Exception in thread Thread-9:
Traceback (most recent call last):
File "/opt/conda/lib/python3.6/threading.py", line 916, in _bootstrap_inner
self.run()
File "/opt/conda/lib/python3.6/threading.py", line 864, in run
self._target(*self._args, **self._kwargs)
File "../communication.py", line 619, in recv_helper_thread
sub_process_group=sub_process_group)
File "../communication.py", line 654, in _recv
group=sub_process_group)
File "/opt/conda/lib/python3.6/site-packages/torch/distributed/distributed_c10d.py", line 755, in broadcast
work.wait()
RuntimeError: [../third_party/gloo/gloo/transport/tcp/unbound_buffer.cc:72] Timed out waiting 1800000ms for recv operation to complete

from pipedream.

letianzhao avatar letianzhao commented on July 29, 2024

My environment:

server1:4GPUS

server2 : 4GPUS

Initialization has been completed. All ranks are not trained. They are blocked all the time

Here is the output of each rank:

in rank0: Finished initializing process group; backend: gloo, rank: 0, world_size: 8 Replicating stage: ranks=4, module_size=775424.000 Send ranks: {'out0': [4, 5, 6], 'target': [4, 5, 6]} Receive ranks: {} Setting up process groups for broadcasts... Letting in 1 warm-up minibatches Running training for 5004 minibatches Forward Stats: compute_time 0.000 seconds receive_tensors 0.000 seconds receive_tensors_size 0.000 bytes send_tensors 0.000 seconds send_tensors_size 51380736.000 bytes Epoch: 0 Step 0 Learning rate: 0.040000 Epoch: [0][0/5004] Memory: 8.499 (9.475)

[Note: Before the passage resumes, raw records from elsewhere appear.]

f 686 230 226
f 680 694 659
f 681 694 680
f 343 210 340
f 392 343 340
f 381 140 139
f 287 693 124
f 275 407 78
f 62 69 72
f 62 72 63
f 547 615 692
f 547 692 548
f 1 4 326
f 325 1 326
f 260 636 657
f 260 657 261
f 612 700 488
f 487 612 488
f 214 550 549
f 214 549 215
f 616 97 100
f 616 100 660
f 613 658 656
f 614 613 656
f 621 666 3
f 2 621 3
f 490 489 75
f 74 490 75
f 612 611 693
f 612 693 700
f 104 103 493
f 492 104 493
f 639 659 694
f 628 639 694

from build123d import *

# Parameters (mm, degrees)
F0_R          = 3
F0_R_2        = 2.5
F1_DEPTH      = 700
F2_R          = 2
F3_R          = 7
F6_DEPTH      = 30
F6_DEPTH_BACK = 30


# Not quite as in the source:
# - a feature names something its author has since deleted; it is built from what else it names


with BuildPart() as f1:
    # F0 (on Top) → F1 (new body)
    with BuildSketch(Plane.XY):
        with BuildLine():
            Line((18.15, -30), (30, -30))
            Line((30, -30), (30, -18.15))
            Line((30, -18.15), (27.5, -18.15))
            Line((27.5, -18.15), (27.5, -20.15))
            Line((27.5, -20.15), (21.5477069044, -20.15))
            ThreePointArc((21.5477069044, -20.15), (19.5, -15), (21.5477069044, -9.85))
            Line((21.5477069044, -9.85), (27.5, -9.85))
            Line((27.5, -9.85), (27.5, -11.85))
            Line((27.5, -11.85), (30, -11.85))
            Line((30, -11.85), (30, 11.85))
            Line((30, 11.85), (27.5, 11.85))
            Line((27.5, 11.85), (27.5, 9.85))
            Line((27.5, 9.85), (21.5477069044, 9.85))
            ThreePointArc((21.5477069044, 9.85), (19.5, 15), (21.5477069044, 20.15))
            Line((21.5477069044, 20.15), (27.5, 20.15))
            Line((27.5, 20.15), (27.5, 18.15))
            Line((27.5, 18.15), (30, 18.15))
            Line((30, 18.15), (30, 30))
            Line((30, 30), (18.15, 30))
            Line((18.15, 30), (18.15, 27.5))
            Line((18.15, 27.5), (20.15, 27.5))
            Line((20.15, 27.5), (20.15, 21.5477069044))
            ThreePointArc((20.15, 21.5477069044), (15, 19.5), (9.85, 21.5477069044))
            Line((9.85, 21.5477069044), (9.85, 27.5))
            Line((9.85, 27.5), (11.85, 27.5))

in rank1: Finished initializing process group; backend: gloo, rank: 1, world_size: 8 Replicating stage: ranks=4, module_size=775424.000 Send ranks: {'out0': [4, 5, 6], 'target': [4, 5, 6]} Receive ranks: {} Setting up process groups for broadcasts... Letting in 1 warm-up minibatches Running training for 5004 minibatches Forward Stats: compute_time 0.000 seconds receive_tensors 0.000 seconds receive_tensors_size 0.000 bytes send_tensors 0.000 seconds send_tensors_size 51380736.000 bytes Epoch: 0 Step 0 Learning rate: 0.040000 Epoch: [0][0/5004] Memory: 8.499 (9.475)

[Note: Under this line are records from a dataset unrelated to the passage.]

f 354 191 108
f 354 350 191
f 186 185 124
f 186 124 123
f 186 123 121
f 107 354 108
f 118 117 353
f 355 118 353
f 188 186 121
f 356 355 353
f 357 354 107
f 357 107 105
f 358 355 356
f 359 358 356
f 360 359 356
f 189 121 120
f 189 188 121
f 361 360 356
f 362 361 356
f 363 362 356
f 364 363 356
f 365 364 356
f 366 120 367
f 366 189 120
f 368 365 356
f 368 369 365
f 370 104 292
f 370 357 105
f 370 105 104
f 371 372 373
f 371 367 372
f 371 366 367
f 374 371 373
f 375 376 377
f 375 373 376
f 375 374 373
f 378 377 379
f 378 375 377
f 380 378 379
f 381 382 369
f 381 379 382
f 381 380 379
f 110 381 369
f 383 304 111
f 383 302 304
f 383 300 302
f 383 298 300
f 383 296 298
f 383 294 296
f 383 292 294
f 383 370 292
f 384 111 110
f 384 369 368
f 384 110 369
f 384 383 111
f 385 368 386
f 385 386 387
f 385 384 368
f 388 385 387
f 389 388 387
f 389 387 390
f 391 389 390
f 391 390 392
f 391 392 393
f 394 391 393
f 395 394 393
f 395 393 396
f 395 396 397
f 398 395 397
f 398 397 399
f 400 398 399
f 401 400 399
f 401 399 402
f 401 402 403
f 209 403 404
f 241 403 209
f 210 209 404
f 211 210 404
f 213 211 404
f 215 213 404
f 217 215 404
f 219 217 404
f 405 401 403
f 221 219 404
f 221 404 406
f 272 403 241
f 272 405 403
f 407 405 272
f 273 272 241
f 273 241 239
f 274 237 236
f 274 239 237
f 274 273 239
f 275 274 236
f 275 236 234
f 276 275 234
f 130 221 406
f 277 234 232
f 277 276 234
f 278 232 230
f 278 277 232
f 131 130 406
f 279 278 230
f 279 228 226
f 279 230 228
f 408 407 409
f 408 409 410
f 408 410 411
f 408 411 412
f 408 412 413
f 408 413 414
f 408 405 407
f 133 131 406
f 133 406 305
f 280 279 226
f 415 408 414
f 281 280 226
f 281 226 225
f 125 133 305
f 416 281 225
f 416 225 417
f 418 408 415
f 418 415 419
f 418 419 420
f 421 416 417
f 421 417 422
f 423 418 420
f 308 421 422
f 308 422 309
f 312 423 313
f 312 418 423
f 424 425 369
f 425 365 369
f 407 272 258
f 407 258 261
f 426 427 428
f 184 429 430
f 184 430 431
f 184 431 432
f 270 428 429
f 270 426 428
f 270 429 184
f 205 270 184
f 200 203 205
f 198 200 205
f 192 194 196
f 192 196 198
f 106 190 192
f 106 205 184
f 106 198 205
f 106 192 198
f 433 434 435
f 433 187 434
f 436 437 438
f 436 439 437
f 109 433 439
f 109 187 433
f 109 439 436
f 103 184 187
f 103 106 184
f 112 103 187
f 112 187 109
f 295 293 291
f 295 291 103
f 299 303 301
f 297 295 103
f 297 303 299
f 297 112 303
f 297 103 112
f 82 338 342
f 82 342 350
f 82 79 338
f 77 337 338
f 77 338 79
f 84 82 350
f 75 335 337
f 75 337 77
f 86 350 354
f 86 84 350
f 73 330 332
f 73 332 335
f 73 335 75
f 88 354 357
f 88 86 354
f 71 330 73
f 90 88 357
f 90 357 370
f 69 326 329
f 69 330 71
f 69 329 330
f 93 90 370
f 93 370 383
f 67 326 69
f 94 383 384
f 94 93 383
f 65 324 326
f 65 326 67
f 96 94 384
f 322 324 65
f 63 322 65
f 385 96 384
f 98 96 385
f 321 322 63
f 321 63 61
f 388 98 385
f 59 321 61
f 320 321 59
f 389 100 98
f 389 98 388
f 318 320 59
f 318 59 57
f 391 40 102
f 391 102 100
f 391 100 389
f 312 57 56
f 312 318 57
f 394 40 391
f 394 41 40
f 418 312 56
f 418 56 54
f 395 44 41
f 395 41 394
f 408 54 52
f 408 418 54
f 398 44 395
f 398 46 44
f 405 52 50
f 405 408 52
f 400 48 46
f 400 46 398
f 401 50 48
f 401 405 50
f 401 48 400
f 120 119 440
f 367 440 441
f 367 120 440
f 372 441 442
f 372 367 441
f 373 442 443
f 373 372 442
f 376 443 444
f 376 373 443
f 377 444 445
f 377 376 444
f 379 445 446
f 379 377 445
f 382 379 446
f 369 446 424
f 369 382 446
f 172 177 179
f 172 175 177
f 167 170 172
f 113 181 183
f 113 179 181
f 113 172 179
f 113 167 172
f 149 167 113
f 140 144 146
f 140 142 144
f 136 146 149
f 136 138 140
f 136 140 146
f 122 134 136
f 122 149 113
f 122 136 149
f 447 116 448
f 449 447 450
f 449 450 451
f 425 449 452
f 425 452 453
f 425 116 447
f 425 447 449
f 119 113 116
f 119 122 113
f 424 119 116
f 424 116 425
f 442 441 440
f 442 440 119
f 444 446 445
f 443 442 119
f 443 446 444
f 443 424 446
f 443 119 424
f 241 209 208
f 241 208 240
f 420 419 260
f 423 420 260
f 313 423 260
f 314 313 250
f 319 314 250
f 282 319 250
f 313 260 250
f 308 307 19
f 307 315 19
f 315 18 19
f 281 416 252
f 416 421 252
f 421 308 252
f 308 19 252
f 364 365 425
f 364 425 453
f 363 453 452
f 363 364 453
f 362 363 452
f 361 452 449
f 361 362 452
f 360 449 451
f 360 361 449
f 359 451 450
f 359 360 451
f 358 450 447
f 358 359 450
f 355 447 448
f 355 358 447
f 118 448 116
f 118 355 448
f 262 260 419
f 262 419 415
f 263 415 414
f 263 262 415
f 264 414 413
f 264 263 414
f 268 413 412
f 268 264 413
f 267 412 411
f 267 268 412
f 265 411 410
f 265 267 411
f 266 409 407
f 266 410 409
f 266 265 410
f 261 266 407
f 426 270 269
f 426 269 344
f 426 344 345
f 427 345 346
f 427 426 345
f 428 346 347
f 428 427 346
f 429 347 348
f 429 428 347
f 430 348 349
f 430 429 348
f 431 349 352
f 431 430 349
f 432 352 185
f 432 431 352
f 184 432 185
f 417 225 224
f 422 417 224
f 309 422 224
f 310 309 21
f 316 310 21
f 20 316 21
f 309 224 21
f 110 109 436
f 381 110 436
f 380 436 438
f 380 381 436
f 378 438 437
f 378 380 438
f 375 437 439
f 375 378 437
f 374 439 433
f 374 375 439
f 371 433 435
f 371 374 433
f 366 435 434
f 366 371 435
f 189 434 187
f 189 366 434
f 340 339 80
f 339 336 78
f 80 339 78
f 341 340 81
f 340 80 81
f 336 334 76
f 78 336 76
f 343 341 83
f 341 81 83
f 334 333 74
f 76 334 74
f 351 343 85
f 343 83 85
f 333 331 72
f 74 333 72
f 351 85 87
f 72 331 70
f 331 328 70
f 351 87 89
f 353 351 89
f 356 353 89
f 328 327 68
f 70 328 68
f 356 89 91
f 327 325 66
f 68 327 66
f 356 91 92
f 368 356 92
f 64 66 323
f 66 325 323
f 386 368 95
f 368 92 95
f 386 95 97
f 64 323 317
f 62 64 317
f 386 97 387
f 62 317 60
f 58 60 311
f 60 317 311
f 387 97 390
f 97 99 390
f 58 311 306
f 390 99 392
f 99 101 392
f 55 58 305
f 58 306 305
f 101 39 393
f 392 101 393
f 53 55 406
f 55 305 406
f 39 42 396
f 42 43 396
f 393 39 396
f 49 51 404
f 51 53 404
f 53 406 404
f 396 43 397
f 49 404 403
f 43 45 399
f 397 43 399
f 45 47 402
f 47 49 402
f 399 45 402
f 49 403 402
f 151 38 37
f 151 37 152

in rank2: Finished initializing process group; backend: gloo, rank: 2, world_size: 8 Replicating stage: ranks=4, module_size=775424.000 Send ranks: {'out0': [4, 5, 6], 'target': [4, 5, 6]} Receive ranks: {} Setting up process groups for broadcasts... Letting in 1 warm-up minibatches Running training for 5004 minibatches Forward Stats: compute_time 0.000 seconds receive_tensors 0.000 seconds receive_tensors_size 0.000 bytes send_tensors 0.000 seconds send_tensors_size 51380736.000 bytes Epoch: 0 Step 0 Learning rate: 0.040000 Epoch: [0][0/5004] Memory: 8.499 (9.475)

in rank3: Finished initializing process group; backend: gloo, rank: 3, world_size: 8 Replicating stage: ranks=4, module_size=775424.000 Send ranks: {'out0': [4, 5, 6], 'target': [4, 5, 6]} Receive ranks: {} Setting up process groups for broadcasts... Letting in 1 warm-up minibatches Running training for 5004 minibatches Forward Stats: compute_time 0.000 seconds receive_tensors 0.000 seconds receive_tensors_size 0.000 bytes send_tensors 0.000 seconds send_tensors_size 51380736.000 bytes Epoch: 0 Step 0 Learning rate: 0.040000 Epoch: [0][0/5004] Memory: 8.499 (9.475)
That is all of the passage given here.